Filed under: News
WASHINGTON -- Sweltering temperatures across half the country had people doing what they could to stay cool Thursday. While relief was in sight after one more day of misery in the Northeast, the South was forecast to stay hotter than usual at least through the end of the week.
Some schools in the Northeast planned to close early for a second day Thursday so students would not have to suffer in buildings with no air conditioning. Others canceled classes altogether.
"A lot of people were complaining," said Stephanie Poff, 12, a sixth-grader at an elementary school about 70 miles north of Philadelphia that sent students home early Wednesday. "It is hard to study when it's hot out because all you're thinking about is, `I wish I could be in air conditioning."
In Tennessee, where temperatures in many cities have set records over the past few days, tens of thousands of music fans attending two different festivals were feeling the heat.
"I wasn't prepared for this at all," said Alberta Kelly of New Brunswick, Canada, who got sunburned and had to go shopping for sunglasses when she arrived in Nashville for her first CMA Music Festival, a major country music event. People also began arriving Thursday at a farm 60 miles southeast of Nashville for the Bonnaroo Music and Arts Festival, which runs through Sunday.

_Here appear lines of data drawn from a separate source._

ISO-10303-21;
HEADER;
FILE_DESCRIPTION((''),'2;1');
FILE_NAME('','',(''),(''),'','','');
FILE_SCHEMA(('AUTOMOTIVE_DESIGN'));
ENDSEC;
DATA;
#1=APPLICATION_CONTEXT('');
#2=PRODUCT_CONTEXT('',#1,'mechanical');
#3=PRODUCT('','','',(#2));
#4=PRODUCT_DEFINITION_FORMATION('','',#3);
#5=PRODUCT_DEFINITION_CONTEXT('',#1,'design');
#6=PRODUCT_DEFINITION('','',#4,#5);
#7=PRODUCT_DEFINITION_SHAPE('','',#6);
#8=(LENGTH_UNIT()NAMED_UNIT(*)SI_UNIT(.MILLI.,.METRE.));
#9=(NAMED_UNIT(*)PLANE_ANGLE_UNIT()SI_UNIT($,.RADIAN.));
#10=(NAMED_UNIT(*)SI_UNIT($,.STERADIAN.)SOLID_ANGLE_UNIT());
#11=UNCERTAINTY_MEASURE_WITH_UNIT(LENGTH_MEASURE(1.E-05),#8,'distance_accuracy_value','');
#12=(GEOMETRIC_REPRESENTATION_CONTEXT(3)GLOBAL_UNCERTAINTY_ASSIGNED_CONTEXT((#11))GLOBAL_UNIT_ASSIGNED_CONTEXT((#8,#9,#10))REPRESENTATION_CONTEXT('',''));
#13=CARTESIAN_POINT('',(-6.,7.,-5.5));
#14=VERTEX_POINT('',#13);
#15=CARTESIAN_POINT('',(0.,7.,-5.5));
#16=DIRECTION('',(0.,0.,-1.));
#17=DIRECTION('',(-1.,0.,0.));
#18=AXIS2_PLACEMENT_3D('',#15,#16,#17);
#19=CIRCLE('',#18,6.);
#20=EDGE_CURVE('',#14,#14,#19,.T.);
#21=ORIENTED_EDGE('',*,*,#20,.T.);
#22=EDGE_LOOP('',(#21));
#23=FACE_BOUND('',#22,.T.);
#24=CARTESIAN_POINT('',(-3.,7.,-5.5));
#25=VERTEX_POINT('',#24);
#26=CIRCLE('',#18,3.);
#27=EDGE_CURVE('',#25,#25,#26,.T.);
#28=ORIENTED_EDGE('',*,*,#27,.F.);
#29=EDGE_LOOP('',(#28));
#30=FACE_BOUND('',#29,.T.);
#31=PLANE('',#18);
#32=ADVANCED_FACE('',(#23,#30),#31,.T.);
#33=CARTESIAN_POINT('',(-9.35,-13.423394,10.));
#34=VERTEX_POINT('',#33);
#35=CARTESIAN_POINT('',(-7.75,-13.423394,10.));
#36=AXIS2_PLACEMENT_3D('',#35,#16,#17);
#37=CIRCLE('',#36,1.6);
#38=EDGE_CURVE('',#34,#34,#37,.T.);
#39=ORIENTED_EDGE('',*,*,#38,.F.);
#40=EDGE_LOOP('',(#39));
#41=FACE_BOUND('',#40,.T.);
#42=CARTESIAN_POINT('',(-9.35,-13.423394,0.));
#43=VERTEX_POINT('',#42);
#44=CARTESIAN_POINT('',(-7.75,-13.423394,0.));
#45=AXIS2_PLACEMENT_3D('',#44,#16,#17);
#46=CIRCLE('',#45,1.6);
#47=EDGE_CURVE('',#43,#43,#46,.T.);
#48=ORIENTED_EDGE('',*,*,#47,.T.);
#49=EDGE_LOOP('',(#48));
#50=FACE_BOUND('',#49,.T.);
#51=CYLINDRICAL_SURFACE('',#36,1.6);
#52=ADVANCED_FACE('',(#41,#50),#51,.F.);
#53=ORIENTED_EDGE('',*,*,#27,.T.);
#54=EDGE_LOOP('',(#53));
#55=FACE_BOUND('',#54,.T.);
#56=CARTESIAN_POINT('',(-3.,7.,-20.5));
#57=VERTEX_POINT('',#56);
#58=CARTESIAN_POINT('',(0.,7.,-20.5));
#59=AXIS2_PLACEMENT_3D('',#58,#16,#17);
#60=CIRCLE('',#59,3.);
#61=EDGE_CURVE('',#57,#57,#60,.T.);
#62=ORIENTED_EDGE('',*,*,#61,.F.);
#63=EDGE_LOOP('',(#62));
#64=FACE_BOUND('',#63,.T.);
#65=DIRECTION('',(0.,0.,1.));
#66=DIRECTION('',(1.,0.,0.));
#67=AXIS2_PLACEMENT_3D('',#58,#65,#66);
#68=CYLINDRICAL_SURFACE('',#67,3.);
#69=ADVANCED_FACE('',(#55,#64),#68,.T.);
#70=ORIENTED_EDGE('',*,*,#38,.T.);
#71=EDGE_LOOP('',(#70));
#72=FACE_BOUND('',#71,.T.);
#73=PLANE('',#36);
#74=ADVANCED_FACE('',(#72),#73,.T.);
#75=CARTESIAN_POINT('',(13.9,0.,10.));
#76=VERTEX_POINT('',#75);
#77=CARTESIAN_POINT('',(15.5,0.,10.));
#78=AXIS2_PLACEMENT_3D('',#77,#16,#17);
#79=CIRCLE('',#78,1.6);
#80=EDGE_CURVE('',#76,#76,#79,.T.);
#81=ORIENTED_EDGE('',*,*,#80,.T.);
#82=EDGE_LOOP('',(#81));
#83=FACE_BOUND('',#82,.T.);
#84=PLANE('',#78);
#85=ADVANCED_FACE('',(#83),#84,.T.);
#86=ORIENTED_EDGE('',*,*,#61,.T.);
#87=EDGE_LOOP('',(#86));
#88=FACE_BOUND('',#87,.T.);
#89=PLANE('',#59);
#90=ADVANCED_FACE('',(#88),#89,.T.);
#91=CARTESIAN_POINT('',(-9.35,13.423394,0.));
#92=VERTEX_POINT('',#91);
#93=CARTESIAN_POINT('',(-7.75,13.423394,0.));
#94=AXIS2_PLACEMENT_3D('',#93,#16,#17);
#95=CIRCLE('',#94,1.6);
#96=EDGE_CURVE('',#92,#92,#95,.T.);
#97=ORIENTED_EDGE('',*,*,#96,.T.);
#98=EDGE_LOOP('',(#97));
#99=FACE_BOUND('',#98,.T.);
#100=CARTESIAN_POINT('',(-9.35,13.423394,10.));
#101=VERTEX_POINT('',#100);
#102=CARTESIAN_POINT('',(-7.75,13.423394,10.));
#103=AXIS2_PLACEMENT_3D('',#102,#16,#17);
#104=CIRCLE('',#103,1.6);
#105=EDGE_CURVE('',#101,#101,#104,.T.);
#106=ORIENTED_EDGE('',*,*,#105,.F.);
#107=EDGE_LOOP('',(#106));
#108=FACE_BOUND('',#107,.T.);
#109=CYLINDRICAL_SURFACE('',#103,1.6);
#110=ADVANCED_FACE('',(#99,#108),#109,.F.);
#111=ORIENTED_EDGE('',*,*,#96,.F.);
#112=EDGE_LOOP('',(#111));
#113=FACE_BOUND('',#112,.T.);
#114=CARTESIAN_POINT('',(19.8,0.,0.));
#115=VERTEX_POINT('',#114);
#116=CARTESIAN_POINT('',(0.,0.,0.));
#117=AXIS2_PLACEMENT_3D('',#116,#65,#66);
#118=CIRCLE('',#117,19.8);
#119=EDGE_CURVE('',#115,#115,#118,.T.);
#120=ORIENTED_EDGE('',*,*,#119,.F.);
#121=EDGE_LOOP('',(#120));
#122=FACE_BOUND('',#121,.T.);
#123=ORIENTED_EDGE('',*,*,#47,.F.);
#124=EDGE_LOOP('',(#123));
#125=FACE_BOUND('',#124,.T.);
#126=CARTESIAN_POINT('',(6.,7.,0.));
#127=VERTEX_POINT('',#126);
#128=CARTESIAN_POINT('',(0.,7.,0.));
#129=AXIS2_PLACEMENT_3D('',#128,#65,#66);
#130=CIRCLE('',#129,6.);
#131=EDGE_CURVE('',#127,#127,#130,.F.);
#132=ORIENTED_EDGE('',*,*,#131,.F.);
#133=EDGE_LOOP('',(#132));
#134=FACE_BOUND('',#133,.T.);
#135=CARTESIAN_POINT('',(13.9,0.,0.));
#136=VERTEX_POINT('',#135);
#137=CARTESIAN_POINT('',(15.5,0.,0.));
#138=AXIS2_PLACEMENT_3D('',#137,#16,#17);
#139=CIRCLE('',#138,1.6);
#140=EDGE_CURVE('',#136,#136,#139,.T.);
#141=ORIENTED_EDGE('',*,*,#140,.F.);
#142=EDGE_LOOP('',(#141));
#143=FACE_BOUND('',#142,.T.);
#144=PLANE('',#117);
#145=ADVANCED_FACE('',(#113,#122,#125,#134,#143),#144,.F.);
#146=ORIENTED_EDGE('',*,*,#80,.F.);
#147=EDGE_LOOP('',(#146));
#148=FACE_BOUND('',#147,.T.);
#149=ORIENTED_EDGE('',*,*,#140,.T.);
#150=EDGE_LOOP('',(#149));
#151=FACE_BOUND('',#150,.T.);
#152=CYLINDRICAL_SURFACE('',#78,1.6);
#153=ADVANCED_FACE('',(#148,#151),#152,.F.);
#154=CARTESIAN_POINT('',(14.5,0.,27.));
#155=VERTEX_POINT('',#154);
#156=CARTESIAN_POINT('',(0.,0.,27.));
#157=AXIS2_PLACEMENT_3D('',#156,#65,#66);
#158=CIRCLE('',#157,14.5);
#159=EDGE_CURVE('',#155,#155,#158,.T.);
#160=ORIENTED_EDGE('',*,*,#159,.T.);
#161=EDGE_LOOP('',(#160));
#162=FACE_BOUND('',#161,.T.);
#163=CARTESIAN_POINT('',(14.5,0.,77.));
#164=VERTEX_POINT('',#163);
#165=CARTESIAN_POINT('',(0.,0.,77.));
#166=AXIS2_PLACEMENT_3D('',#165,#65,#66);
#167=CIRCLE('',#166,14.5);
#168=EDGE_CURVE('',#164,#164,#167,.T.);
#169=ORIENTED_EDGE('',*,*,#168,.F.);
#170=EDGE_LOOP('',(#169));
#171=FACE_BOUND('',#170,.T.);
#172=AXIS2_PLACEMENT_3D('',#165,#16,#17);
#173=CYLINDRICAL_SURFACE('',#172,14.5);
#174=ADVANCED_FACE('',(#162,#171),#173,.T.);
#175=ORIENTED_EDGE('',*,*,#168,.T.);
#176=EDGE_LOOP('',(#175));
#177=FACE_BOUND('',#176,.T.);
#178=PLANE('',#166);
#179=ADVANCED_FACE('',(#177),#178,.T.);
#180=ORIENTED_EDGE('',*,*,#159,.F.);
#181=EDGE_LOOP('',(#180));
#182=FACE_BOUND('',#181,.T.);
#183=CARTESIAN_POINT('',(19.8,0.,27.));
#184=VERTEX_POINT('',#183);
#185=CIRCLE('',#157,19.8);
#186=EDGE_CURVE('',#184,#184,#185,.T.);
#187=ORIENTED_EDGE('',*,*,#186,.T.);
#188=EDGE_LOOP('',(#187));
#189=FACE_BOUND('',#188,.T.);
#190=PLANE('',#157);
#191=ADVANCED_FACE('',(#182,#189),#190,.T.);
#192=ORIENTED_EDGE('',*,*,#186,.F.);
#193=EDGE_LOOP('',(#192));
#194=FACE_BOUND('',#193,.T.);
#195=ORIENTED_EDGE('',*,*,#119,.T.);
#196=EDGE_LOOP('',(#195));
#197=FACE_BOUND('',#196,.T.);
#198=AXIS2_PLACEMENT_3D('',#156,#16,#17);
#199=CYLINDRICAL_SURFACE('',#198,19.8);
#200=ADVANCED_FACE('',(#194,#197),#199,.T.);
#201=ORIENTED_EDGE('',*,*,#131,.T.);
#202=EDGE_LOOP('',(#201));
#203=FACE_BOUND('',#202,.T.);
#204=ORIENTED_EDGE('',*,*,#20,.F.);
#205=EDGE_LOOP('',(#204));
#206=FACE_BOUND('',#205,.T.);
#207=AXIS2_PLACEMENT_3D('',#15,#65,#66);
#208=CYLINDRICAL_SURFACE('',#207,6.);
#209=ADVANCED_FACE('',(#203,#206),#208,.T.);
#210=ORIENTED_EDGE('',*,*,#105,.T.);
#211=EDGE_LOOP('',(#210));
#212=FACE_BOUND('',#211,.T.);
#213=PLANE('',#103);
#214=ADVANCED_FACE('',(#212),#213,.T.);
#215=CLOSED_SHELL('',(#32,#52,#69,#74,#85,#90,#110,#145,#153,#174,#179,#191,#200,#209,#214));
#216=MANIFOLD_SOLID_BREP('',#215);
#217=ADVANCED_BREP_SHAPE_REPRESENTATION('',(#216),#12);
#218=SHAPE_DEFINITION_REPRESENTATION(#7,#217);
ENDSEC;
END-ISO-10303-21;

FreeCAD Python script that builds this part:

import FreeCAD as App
import Part
import Sketcher
from FreeCAD import Vector

doc = App.newDocument("Part")
body = doc.addObject("PartDesign::Body", "Body")

# Sketch on XY plane
sketch1 = doc.addObject("Sketcher::SketchObject", "Sketch")
body.addObject(sketch1)
sketch1.AttachmentSupport = (doc.XY_Plane, [""])
sketch1.MapMode = "FlatFace"
sketch1.addGeometry(Part.Circle(Vector(0, 0, 0), Vector(0, 0, 1), 20), False)
sketch1.addConstraint([
    Sketcher.Constraint("Coincident", 0, 3, -1, 1),
    Sketcher.Constraint("Diameter", 0, 39.6),
])
pad1 = doc.addObject("PartDesign::Pad", "Pad")
body.addObject(pad1)
pad1.Profile = sketch1
pad1.Length = 27

# Sketch on XY plane
sketch2 = doc.addObject("Sketcher::SketchObject", "Sketch001")
body.addObject(sketch2)
sketch2.AttachmentSupport = (doc.XY_Plane, [""])
sketch2.MapMode = "FlatFace"
sketch2.AttachmentOffset = App.Placement(Vector(0, 0, 27), App.Rotation())
sketch2.addGeometry(Part.Circle(Vector(0, 0, 0), Vector(0, 0, 1), 14), False)
sketch2.addConstraint([
    Sketcher.Constraint("Coincident", 0, 3, -1, 1),
    Sketcher.Constraint("Diameter", 0, 29.0),
])
pad2 = doc.addObject("PartDesign::Pad", "Pad001")
body.addObject(pad2)
pad2.Profile = sketch2
pad2.Length = 50

# Sketch on XY plane
sketch3 = doc.addObject("Sketcher::SketchObject", "Sketch002")
body.addObject(sketch3)
sketch3.AttachmentSupport = (doc.XY_Plane, [""])
sketch3.MapMode = "FlatFace"
sketch3.addGeometry([
    Part.Circle(Vector(15.5, 0, 0), Vector(0, 0, 1), 1.6),
    Part.Circle(Vector(-7.8, 13.4, 0), Vector(0, 0, 1), 1.6),
    Part.Circle(Vector(-7.8, -13.4, 0), Vector(0, 0, 1), 1.6),
], False)
sketch3.addConstraint([
    Sketcher.Constraint("Equal", 0, 1),
    Sketcher.Constraint("Equal", 1, 2),
    Sketcher.Constraint("Symmetric", 1, 3, 2, 3, -1),
    Sketcher.Constraint("PointOnObject", 0, 3, -1),
    Sketcher.Constraint("Diameter", 0, 3.2),
    Sketcher.Constraint("DistanceX", -1, 1, 0, 3, 15.5),
    Sketcher.Constraint("DistanceX", 1, 3, -1, 1, 7.75),
    Sketcher.Constraint("DistanceY", -1, 1, 1, 3, 13.423394),
])
pocket1 = doc.addObject("PartDesign::Pocket", "Pocket")
body.addObject(pocket1)
pocket1.Profile = sketch3
pocket1.Length = 10
pocket1.Reversed = True

# Sketch on XY plane
sketch4 = doc.addObject("Sketcher::SketchObject", "Sketch003")
body.addObject(sketch4)
sketch4.AttachmentSupport = (doc.XY_Plane, [""])
sketch4.MapMode = "FlatFace"
sketch4.addGeometry(Part.Circle(Vector(0, 7, 0), Vector(0, 0, 1), 6), False)
sketch4.addConstraint([
    Sketcher.Constraint("PointOnObject", 0, 3, -2),
    Sketcher.Constraint("Diameter", 0, 12.0),
    Sketcher.Constraint("DistanceY", -1, 1, 0, 3, 7.0),
])
pad3 = doc.addObject("PartDesign::Pad", "Pad002")
body.addObject(pad3)
pad3.Profile = sketch4
pad3.Length = 5.5
pad3.Reversed = True

# Sketch on XY plane
sketch5 = doc.addObject("Sketcher::SketchObject", "Sketch004")
body.addObject(sketch5)
sketch5.AttachmentSupport = (doc.XY_Plane, [""])
sketch5.MapMode = "FlatFace"
sketch5.AttachmentOffset = App.Placement(Vector(0, 0, -5.5), App.Rotation())
sketch5.addGeometry(Part.Circle(Vector(0, 7, 0), Vector(0, 0, 1), 3), False)
sketch5.addConstraint([
    Sketcher.Constraint("PointOnObject", 0, 3, -2),
    Sketcher.Constraint("Diameter", 0, 6.0),
    Sketcher.Constraint("DistanceY", -1, 1, 0, 3, 7.0),
])
pad4 = doc.addObject("PartDesign::Pad", "Pad003")
body.addObject(pad4)
pad4.Profile = sketch5
pad4.Length = 15
pad4.Reversed = True

doc.recompute()
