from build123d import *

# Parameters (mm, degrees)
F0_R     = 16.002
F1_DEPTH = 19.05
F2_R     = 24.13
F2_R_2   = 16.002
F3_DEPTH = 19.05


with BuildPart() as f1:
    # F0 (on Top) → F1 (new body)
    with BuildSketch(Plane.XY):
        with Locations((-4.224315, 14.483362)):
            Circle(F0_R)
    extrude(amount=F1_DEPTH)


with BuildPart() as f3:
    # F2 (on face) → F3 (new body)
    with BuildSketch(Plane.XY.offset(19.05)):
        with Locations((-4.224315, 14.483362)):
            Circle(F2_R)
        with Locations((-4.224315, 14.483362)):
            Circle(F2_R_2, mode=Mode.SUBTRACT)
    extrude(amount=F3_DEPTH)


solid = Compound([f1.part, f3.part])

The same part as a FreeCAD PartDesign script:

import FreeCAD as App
import Part
import Sketcher
Q = App.Units.Quantity

doc = App.newDocument("Part")
body = doc.addObject("PartDesign::Body", "Body")

# Sketch on XY plane
sketch1 = body.newObject("Sketcher::SketchObject", "Sketch")
sketch1.AttachmentSupport = (doc.getObject("XY_Plane"), [""])
sketch1.MapMode = "FlatFace"
sketch1.addGeometry(Part.Circle(App.Vector(-4, 14, 0), App.Vector(0, 0, 1), 16), False)
sketch1.addConstraint([
    Sketcher.Constraint("Diameter", 0, Q("1.26 in")),
    Sketcher.Constraint("DistanceX", 0, 3, -1, 1, Q("4.224315 mm")),
    Sketcher.Constraint("DistanceY", -1, 1, 0, 3, Q("14.483362 mm")),
])
pad1 = body.newObject("PartDesign::Pad", "Pad")
pad1.Profile = sketch1
pad1.Length = Q("0.75 in")
body2 = doc.addObject("PartDesign::Body", "Body001")

# Sketch on XY plane
sketch2 = body2.newObject("Sketcher::SketchObject", "Sketch001")
sketch2.AttachmentSupport = (doc.getObject("XY_Plane001"), [""])
sketch2.MapMode = "FlatFace"
sketch2.AttachmentOffset = App.Placement(App.Vector(0, 0, 0.75 * 25.4), App.Rotation())
sketch2.addGeometry([
    Part.Circle(App.Vector(-4, 14, 0), App.Vector(0, 0, 1), 24),
    Part.Circle(App.Vector(-4, 14, 0), App.Vector(0, 0, 1), 16),
], False)
sketch2.addConstraint([
    Sketcher.Constraint("Coincident", 1, 3, 0, 3),
    Sketcher.Constraint("Diameter", 0, Q("1.9 in")),
    Sketcher.Constraint("Diameter", 1, Q("1.26 in")),
    Sketcher.Constraint("DistanceX", 0, 3, -1, 1, Q("4.224315 mm")),
    Sketcher.Constraint("DistanceY", -1, 1, 0, 3, Q("14.483362 mm")),
])
pad2 = body2.newObject("PartDesign::Pad", "Pad001")
pad2.Profile = sketch2
pad2.Length = Q("0.75 in")

doc.recompute()
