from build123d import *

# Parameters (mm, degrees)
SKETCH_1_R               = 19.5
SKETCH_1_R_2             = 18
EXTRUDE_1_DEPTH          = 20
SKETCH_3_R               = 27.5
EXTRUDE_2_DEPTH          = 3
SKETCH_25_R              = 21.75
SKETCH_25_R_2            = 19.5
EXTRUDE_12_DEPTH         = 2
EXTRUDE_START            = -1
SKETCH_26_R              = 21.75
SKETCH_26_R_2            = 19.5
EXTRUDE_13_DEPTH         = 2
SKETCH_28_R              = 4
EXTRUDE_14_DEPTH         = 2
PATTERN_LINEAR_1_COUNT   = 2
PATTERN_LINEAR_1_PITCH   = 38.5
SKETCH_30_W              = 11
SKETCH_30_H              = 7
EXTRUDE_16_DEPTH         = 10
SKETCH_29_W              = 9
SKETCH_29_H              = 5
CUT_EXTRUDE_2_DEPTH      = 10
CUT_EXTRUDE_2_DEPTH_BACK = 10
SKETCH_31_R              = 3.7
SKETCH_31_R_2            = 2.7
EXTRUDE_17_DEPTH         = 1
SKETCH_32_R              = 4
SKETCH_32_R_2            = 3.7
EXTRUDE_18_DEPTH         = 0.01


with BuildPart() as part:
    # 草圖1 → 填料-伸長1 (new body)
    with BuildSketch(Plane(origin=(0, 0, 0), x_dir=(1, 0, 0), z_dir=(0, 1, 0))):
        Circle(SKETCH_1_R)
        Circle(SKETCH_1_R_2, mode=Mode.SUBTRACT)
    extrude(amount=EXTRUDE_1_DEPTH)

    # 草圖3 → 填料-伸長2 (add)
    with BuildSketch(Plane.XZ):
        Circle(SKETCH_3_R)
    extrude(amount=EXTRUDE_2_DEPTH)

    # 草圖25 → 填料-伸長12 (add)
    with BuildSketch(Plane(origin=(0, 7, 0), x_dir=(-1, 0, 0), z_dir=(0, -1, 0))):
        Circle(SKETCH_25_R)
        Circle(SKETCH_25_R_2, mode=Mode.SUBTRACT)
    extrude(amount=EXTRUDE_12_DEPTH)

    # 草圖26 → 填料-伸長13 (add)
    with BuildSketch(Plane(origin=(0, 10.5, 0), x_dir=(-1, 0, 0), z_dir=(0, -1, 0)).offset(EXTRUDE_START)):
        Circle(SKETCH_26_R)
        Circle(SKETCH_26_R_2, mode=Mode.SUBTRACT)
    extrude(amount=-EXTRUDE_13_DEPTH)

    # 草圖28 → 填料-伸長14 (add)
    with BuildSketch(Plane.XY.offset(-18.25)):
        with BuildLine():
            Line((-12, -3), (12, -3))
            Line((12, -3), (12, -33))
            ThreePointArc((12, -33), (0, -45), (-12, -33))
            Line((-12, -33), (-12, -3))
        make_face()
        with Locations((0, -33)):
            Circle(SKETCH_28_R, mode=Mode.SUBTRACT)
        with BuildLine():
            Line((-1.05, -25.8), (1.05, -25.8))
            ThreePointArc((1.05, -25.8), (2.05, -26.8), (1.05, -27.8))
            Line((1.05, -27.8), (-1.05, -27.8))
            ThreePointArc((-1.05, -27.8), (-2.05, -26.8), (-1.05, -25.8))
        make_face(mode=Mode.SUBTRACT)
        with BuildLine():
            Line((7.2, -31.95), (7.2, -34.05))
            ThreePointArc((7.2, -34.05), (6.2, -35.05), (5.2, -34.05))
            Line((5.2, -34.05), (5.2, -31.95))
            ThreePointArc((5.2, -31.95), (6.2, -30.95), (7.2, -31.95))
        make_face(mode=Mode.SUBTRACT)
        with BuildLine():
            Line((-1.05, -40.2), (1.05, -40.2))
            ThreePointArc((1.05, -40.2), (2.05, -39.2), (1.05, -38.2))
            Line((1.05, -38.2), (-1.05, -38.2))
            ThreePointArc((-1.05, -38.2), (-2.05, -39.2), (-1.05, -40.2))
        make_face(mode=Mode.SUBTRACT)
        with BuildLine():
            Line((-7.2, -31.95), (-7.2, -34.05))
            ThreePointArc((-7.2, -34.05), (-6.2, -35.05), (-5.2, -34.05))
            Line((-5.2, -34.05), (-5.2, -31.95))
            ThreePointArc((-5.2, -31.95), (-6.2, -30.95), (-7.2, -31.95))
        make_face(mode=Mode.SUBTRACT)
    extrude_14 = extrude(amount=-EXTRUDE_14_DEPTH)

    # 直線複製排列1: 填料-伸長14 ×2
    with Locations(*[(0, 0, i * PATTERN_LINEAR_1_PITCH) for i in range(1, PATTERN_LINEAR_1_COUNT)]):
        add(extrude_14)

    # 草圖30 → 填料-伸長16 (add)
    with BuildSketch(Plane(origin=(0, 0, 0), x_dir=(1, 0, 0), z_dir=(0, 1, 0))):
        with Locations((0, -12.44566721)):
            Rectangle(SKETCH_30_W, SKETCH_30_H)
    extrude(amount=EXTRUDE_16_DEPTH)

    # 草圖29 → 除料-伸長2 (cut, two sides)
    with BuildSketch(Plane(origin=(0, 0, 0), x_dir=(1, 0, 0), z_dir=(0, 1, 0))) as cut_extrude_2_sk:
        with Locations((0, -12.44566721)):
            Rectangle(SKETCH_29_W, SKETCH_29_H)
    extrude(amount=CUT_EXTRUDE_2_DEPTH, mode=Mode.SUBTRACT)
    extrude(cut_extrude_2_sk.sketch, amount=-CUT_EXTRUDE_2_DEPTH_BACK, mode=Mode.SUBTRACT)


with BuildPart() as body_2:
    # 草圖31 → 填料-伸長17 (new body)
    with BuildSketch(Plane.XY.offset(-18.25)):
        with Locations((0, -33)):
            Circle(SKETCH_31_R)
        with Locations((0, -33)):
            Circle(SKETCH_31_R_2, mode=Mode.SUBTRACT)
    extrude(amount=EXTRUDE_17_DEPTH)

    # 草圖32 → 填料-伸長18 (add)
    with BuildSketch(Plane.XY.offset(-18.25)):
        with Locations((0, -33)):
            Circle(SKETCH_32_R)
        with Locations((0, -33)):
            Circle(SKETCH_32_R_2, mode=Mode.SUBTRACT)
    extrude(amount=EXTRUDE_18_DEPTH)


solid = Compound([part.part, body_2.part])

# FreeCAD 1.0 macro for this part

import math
import FreeCAD as App
import Part
import Sketcher

V = App.Vector


def add_polygon(sketch, points):
    """Adds a closed chain of lines whose ends are joined by coincident constraints."""
    first, n = sketch.GeometryCount, len(points)
    for a, b in zip(points, points[1:] + points[:1]):
        sketch.addGeometry(Part.LineSegment(App.Vector(*a, 0), App.Vector(*b, 0)), False)
    for i in range(n):
        sketch.addConstraint(Sketcher.Constraint("Coincident", first + i, 2, first + (i + 1) % n, 1))

doc = App.newDocument("Part")
body = doc.addObject("PartDesign::Body", "Body")

sketch1 = body.newObject("Sketcher::SketchObject", "Sketch")
sketch1.AttachmentSupport = (doc.getObject("XZ_Plane"), [""])
sketch1.MapMode = "FlatFace"
sketch1.addGeometry([
    Part.Circle(V(0, 0, 0), V(0, 0, 1), 19.5),
    Part.Circle(V(0, 0, 0), V(0, 0, 1), 18),
], False)
sketch1.addConstraint([
    Sketcher.Constraint("Coincident", 0, 3, -1, 1),
    Sketcher.Constraint("Coincident", 1, 3, -1, 1),
    Sketcher.Constraint("Diameter", 0, 39.0),
    Sketcher.Constraint("Diameter", 1, 36.0),
])
pad1 = body.newObject("PartDesign::Pad", "Pad")
pad1.Profile = sketch1
pad1.Length = 20
pad1.Reversed = True

sketch2 = body.newObject("Sketcher::SketchObject", "Sketch001")
sketch2.AttachmentSupport = (doc.getObject("XZ_Plane"), [""])
sketch2.MapMode = "FlatFace"
sketch2.addGeometry(Part.Circle(V(0, 0, 0), V(0, 0, 1), 27.5), False)
sketch2.addConstraint([
    Sketcher.Constraint("Coincident", 0, 3, -1, 1),
    Sketcher.Constraint("Diameter", 0, 55.0),
])
pad2 = body.newObject("PartDesign::Pad", "Pad001")
pad2.Profile = sketch2
pad2.Length = 3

"We have more free water than we've ever had and we've put up shade structures," said Rick Farman, one of the founders of Bonnaroo, which messaged attendees ahead of time about what to wear and drink and has set up air conditioned medical tents.
The six-to-10-day outlook from the federal Climate Prediction Center calls for continued above-average readings centered on the mid-South, including Louisiana, Mississippi and Alabama.
In the Northeast, the scorching heat was forecast to subside by Friday as a cold front sweeps in with cooler, drier air. High temperatures across the region are expected to stay in the low 80s through the weekend.